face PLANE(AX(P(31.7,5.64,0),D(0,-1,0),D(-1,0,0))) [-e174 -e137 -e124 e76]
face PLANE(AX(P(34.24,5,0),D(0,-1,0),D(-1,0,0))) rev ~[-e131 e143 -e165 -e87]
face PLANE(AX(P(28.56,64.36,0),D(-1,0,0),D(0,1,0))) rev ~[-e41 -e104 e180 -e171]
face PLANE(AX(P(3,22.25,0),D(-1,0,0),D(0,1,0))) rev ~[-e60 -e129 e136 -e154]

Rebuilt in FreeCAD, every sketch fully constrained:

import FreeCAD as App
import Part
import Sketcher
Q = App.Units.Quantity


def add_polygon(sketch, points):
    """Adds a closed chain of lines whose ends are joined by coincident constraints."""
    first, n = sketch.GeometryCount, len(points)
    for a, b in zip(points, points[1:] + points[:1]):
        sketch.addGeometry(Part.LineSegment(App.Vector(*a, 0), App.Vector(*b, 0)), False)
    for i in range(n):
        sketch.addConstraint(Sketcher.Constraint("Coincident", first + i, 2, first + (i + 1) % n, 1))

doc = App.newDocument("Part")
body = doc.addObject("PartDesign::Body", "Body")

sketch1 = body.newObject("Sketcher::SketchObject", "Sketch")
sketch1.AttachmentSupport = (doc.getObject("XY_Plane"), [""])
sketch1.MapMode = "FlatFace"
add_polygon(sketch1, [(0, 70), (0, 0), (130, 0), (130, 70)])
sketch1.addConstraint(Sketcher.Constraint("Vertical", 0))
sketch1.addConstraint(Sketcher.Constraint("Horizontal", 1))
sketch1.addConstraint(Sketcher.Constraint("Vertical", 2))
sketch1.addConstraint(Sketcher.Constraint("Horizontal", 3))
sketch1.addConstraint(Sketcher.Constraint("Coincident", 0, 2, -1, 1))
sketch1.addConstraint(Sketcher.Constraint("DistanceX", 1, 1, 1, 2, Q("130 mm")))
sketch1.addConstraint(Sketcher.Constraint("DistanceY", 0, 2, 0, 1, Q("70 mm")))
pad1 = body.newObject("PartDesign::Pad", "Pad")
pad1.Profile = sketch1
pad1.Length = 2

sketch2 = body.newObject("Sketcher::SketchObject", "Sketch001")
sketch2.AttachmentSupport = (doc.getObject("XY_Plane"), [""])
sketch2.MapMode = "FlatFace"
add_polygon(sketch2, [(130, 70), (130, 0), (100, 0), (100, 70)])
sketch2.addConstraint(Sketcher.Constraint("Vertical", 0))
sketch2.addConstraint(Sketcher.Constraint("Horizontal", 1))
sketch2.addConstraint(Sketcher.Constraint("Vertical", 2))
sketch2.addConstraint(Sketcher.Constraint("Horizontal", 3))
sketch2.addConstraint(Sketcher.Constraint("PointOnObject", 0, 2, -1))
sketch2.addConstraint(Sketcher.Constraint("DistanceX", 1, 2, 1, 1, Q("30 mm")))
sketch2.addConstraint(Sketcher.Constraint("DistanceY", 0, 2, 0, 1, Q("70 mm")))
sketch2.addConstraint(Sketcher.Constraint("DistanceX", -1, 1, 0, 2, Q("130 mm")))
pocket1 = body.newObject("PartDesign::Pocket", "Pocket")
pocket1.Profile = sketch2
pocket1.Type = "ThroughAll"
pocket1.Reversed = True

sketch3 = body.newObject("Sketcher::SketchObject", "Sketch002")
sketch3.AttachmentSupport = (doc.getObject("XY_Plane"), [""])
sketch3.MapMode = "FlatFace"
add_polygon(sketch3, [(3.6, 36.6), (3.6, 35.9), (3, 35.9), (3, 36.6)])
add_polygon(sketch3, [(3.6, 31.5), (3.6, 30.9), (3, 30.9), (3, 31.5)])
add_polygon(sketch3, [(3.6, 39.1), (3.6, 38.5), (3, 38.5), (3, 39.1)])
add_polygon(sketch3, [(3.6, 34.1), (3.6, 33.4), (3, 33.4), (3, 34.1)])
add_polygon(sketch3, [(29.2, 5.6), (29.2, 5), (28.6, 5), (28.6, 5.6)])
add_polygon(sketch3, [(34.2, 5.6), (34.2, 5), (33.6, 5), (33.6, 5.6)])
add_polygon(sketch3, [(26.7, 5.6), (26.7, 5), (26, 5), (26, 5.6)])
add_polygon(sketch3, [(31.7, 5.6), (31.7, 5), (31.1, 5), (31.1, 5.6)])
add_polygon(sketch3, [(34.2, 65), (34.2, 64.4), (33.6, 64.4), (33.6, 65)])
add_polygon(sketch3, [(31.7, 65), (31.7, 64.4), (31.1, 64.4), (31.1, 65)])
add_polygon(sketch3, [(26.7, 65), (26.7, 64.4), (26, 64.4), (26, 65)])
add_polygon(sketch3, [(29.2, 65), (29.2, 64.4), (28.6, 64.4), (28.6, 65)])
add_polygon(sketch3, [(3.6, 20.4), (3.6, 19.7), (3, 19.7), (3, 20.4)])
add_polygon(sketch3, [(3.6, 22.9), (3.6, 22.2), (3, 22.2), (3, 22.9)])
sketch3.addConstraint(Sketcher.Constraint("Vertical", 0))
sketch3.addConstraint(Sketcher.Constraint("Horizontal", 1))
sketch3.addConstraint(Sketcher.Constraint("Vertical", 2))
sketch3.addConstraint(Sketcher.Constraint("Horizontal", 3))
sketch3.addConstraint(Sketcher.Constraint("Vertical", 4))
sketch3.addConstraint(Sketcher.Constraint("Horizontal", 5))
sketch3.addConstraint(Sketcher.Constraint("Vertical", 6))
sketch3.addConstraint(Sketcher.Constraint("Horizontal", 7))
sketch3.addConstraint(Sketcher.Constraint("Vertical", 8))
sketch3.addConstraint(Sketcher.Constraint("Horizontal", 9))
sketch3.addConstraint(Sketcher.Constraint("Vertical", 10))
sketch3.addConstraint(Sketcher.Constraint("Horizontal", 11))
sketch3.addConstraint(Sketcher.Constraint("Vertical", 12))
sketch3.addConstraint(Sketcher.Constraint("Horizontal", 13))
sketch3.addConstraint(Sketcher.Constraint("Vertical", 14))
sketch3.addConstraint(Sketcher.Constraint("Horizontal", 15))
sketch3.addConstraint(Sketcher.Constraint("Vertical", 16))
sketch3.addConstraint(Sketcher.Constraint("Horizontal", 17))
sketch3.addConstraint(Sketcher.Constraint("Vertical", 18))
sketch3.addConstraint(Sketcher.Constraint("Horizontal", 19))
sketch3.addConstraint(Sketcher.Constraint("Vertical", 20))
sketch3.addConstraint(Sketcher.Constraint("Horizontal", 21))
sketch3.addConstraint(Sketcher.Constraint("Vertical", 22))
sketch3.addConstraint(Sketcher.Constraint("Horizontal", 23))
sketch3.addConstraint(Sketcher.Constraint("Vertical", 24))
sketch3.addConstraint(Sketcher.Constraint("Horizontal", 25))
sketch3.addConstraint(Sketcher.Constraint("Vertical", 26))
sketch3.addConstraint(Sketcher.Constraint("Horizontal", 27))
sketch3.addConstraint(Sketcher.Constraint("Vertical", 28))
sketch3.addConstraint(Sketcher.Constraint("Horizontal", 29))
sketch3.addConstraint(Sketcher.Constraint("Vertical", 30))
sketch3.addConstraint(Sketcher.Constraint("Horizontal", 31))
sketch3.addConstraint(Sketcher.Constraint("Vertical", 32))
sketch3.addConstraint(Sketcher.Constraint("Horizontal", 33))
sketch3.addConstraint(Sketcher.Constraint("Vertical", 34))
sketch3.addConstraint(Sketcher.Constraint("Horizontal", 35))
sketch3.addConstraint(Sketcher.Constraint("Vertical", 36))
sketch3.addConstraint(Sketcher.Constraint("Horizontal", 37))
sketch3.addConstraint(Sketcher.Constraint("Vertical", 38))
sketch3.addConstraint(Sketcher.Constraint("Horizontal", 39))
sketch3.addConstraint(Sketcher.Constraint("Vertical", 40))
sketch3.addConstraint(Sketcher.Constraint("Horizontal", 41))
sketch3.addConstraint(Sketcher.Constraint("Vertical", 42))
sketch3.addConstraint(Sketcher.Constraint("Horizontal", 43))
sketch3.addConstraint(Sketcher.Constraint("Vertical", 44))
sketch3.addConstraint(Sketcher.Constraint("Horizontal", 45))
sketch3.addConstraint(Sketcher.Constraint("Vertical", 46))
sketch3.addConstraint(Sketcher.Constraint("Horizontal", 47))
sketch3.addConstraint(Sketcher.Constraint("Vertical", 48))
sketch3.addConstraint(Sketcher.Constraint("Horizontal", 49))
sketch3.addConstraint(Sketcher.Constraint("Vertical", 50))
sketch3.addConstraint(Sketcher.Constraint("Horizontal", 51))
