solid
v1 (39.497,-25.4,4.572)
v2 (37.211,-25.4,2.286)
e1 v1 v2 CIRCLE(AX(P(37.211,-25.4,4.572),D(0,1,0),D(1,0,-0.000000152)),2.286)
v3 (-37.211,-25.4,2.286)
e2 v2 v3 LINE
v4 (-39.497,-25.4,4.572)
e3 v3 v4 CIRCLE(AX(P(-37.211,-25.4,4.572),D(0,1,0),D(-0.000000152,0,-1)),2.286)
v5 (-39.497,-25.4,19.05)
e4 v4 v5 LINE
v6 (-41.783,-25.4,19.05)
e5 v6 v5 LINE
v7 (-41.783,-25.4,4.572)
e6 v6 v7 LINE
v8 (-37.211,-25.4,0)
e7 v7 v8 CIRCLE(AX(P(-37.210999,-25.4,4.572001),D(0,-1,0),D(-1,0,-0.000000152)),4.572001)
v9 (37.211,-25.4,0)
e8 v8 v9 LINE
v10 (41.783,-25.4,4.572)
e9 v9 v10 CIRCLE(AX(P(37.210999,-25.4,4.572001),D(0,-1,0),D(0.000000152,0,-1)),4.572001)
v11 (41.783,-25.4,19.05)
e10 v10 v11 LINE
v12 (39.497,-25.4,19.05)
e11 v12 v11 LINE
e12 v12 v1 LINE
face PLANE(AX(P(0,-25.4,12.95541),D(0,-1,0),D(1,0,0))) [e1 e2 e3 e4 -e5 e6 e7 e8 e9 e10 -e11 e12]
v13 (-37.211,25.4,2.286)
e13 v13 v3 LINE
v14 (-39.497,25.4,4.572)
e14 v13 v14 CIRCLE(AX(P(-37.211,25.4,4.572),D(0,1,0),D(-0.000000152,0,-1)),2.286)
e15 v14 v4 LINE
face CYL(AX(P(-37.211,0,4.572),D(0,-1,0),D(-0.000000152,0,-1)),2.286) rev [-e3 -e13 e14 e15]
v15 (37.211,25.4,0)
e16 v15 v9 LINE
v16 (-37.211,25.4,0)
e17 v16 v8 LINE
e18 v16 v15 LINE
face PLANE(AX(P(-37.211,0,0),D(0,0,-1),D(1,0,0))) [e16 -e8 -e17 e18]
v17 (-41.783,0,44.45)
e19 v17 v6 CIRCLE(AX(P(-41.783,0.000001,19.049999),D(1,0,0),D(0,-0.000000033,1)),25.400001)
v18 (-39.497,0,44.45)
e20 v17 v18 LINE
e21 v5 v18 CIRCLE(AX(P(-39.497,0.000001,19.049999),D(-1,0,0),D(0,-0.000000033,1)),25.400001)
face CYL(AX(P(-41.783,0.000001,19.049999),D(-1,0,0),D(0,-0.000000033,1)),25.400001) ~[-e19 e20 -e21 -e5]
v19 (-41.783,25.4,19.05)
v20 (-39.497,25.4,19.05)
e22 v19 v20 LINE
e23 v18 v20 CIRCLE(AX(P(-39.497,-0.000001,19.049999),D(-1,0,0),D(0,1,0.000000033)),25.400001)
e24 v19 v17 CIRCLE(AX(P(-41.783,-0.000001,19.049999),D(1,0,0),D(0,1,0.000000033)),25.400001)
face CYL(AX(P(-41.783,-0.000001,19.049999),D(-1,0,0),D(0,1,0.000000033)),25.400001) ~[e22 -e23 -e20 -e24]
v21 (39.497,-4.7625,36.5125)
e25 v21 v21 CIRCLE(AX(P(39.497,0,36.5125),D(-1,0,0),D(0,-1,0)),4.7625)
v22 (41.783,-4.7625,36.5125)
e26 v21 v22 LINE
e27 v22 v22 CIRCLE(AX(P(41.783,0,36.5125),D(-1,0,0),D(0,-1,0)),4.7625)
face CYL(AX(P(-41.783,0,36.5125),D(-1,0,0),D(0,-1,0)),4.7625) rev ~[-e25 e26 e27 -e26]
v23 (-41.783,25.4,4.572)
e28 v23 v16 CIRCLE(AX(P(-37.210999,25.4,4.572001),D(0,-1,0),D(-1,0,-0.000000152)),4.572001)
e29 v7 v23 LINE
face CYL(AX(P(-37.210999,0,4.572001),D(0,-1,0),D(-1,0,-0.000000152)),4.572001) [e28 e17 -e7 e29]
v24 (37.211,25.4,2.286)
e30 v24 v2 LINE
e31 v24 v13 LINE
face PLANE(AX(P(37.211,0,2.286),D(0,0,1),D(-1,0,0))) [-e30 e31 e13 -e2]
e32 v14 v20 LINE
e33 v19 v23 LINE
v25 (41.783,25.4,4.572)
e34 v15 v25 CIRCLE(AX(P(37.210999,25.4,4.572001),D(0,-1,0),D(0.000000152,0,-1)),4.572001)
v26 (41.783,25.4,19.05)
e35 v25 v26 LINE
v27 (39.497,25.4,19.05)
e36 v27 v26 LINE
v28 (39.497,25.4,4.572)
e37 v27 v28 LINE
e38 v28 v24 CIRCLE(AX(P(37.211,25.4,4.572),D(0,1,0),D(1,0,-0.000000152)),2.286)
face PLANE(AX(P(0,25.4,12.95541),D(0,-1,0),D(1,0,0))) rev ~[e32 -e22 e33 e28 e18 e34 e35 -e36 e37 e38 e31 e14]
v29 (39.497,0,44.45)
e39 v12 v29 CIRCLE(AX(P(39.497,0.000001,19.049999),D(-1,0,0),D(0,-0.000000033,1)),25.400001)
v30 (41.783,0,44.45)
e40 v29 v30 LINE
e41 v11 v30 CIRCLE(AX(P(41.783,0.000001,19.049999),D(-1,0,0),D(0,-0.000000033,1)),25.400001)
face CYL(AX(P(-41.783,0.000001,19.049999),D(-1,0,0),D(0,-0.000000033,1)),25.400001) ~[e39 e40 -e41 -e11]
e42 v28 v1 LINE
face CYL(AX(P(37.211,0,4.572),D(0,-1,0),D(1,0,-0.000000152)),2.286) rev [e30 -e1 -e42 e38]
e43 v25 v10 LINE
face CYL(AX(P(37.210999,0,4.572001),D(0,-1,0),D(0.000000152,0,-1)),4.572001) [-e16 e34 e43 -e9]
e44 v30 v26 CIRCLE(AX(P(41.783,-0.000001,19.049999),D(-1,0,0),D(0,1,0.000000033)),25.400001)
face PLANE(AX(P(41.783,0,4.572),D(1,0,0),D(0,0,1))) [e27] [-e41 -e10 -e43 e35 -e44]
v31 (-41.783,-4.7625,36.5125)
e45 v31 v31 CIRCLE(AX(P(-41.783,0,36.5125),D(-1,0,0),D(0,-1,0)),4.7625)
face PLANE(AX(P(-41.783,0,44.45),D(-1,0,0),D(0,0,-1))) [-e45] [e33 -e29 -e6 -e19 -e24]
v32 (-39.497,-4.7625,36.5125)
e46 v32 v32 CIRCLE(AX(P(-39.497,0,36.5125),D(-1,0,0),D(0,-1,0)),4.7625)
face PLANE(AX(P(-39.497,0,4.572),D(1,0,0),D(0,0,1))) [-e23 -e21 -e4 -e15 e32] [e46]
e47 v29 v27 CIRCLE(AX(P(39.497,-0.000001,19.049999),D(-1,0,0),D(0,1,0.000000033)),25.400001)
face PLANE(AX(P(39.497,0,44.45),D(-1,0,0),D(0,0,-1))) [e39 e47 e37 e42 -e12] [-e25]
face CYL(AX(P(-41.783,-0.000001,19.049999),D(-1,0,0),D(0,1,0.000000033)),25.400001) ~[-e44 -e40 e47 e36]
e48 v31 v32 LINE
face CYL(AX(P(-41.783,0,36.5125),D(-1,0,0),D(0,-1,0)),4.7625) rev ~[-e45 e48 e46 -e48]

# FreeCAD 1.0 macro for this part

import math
import FreeCAD as App
import Part
import Sketcher
from FreeCAD import Vector
Q = App.Units.Quantity

doc = App.newDocument("Part")
body = doc.addObject("PartDesign::Body", "Body")

# Sketch on XZ plane
sketch1 = doc.addObject("Sketcher::SketchObject", "Sketch")
body.addObject(sketch1)
sketch1.AttachmentSupport = (doc.XZ_Plane, [""])
sketch1.MapMode = "FlatFace"
sketch1.addGeometry([
    Part.ArcOfCircle(Part.Circle(Vector(-37.2, 4.6, 0), Vector(0, 0, 1), 4.6), math.radians(-180), math.radians(-90)),  # 0
    Part.LineSegment(Vector(-37.2, 0, 0), Vector(37.2, 0, 0)),  # 1
    Part.ArcOfCircle(Part.Circle(Vector(37.2, 4.6, 0), Vector(0, 0, 1), 4.6), math.radians(-90), math.radians(0)),  # 2
    Part.LineSegment(Vector(41.8, 4.6, 0), Vector(41.8, 44.5, 0)),  # 3
    Part.LineSegment(Vector(41.8, 44.5, 0), Vector(39.5, 44.5, 0)),  # 4
    Part.LineSegment(Vector(39.5, 44.5, 0), Vector(39.5, 4.6, 0)),  # 5
    Part.ArcOfCircle(Part.Circle(Vector(37.2, 4.6, 0), Vector(0, 0, 1), 2.3), math.radians(-90), math.radians(0)),  # 6
    Part.LineSegment(Vector(37.2, 2.3, 0), Vector(-37.2, 2.3, 0)),  # 7
    Part.ArcOfCircle(Part.Circle(Vector(-37.2, 4.6, 0), Vector(0, 0, 1), 2.3), math.radians(-180), math.radians(-90)),  # 8
    Part.LineSegment(Vector(-39.5, 4.6, 0), Vector(-39.5, 44.5, 0)),  # 9
    Part.LineSegment(Vector(-39.5, 44.5, 0), Vector(-41.8, 44.5, 0)),  # 10
    Part.LineSegment(Vector(-41.8, 44.5, 0), Vector(-41.8, 4.6, 0)),  # 11
], False)
sketch1.addConstraint([
    Sketcher.Constraint("Tangent", 0, 2, 1, 1),
    Sketcher.Constraint("Tangent", 1, 2, 2, 1),
    Sketcher.Constraint("Tangent", 2, 2, 3, 1),
    Sketcher.Constraint("Coincident", 3, 2, 4, 1),
    Sketcher.Constraint("Coincident", 4, 2, 5, 1),
    Sketcher.Constraint("Tangent", 5, 2, 6, 2),
    Sketcher.Constraint("Tangent", 6, 1, 7, 1),
    Sketcher.Constraint("Tangent", 7, 2, 8, 2),
    Sketcher.Constraint("Tangent", 8, 1, 9, 1),
    Sketcher.Constraint("Coincident", 9, 2, 10, 1),
    Sketcher.Constraint("Coincident", 10, 2, 11, 1),
    Sketcher.Constraint("Tangent", 11, 2, 0, 1),
    Sketcher.Constraint("Horizontal", 1),
    Sketcher.Constraint("Vertical", 3),
    Sketcher.Constraint("Horizontal", 4),
    Sketcher.Constraint("Vertical", 5),
    Sketcher.Constraint("Horizontal", 7),
    Sketcher.Constraint("Vertical", 9),
    Sketcher.Constraint("Horizontal", 10),
    Sketcher.Constraint("Vertical", 11),
    Sketcher.Constraint("Coincident", 6, 3, 2, 3),
    Sketcher.Constraint("Coincident", 8, 3, 0, 3),
    Sketcher.Constraint("Equal", 0, 2),
    Sketcher.Constraint("Symmetric", 0, 2, 1, 2, -1, 1),
    Sketcher.Constraint("Horizontal", 4, 2, 9, 2),
    Sketcher.Constraint("Radius", 0, Q("0.18 in")),
    Sketcher.Constraint("Radius", 6, Q("0.09 in")),
    Sketcher.Constraint("DistanceX", 1, 1, 1, 2, Q("2.93 in")),
    Sketcher.Constraint("DistanceY", 3, 1, 3, 2, Q("1.57 in")),
])
pad1 = doc.addObject("PartDesign::Pad", "Pad")
body.addObject(pad1)
pad1.Profile = sketch1
pad1.Length = Q("2 in")
pad1.Midplane = True

# Sketch on YZ plane
sketch2 = doc.addObject("Sketcher::SketchObject", "Sketch001")
body.addObject(sketch2)
sketch2.AttachmentSupport = (doc.YZ_Plane, [""])
sketch2.MapMode = "FlatFace"
sketch2.AttachmentOffset = App.Placement(Vector(0, 0, -1.645 * 25.4), App.Rotation())
sketch2.addGeometry([
    Part.ArcOfCircle(Part.Circle(Vector(0, 19, 0), Vector(0, 0, 1), 25.4), math.radians(0), math.radians(90)),  # 0
    Part.LineSegment(Vector(0, 44.5, 0), Vector(25.4, 44.5, 0)),  # 1
    Part.LineSegment(Vector(25.4, 44.5, 0), Vector(25.4, 19.1, 0)),  # 2
    Part.Circle(Vector(0, 36.5, 0), Vector(0, 0, 1), 4.8),  # 3
    Part.ArcOfCircle(Part.Circle(Vector(0, 19, 0), Vector(0, 0, 1), 25.4), math.radians(90), math.radians(180)),  # 4
    Part.LineSegment(Vector(-25.4, 19.1, 0), Vector(-25.4, 44.5, 0)),  # 5
    Part.LineSegment(Vector(-25.4, 44.5, 0), Vector(0, 44.5, 0)),  # 6
], False)
sketch2.addConstraint([
    Sketcher.Constraint("Tangent", 0, 2, 1, 1),
    Sketcher.Constraint("Coincident", 1, 2, 2, 1),
    Sketcher.Constraint("Tangent", 2, 2, 0, 1),
    Sketcher.Constraint("Tangent", 4, 2, 5, 1),
    Sketcher.Constraint("Coincident", 5, 2, 6, 1),
    Sketcher.Constraint("Tangent", 6, 2, 4, 1),
    Sketcher.Constraint("Horizontal", 1),
    Sketcher.Constraint("Vertical", 2),
    Sketcher.Constraint("Vertical", 5),
    Sketcher.Constraint("Horizontal", 6),
    Sketcher.Constraint("Coincident", 4, 3, 0, 3),
    Sketcher.Constraint("Equal", 0, 4),
    Sketcher.Constraint("PointOnObject", 0, 3, -2),
    Sketcher.Constraint("PointOnObject", 3, 3, -2),
    Sketcher.Constraint("Radius", 0, Q("1 in")),
    Sketcher.Constraint("Diameter", 3, Q("0.375 in")),
    Sketcher.Constraint("DistanceY", -1, 1, 0, 3, Q("0.75 in")),
    Sketcher.Constraint("DistanceY", -1, 1, 3, 3, Q("1.4375 in")),
])
pocket1 = doc.addObject("PartDesign::Pocket", "Pocket")
body.addObject(pocket1)
pocket1.Profile = sketch2
pocket1.Type = "ThroughAll"
pocket1.Reversed = True

doc.recompute()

▶ **PROMPT**:
From the entries above, restate word for word the lines from the line containing "e22 v19 v20 LINE" to the line containing "e27 v22 v22", both ends included, and nothing more.

▶ **SOLUTION TO THIS TASK**:
e22 v19 v20 LINE
e23 v18 v20 CIRCLE(AX(P(-39.497,-0.000001,19.049999),D(-1,0,0),D(0,1,0.000000033)),25.400001)
e24 v19 v17 CIRCLE(AX(P(-41.783,-0.000001,19.049999),D(1,0,0),D(0,1,0.000000033)),25.400001)
face CYL(AX(P(-41.783,-0.000001,19.049999),D(-1,0,0),D(0,1,0.000000033)),25.400001) ~[e22 -e23 -e20 -e24]
v21 (39.497,-4.7625,36.5125)
e25 v21 v21 CIRCLE(AX(P(39.497,0,36.5125),D(-1,0,0),D(0,-1,0)),4.7625)
v22 (41.783,-4.7625,36.5125)
e26 v21 v22 LINE
e27 v22 v22 CIRCLE(AX(P(41.783,0,36.5125),D(-1,0,0),D(0,-1,0)),4.7625)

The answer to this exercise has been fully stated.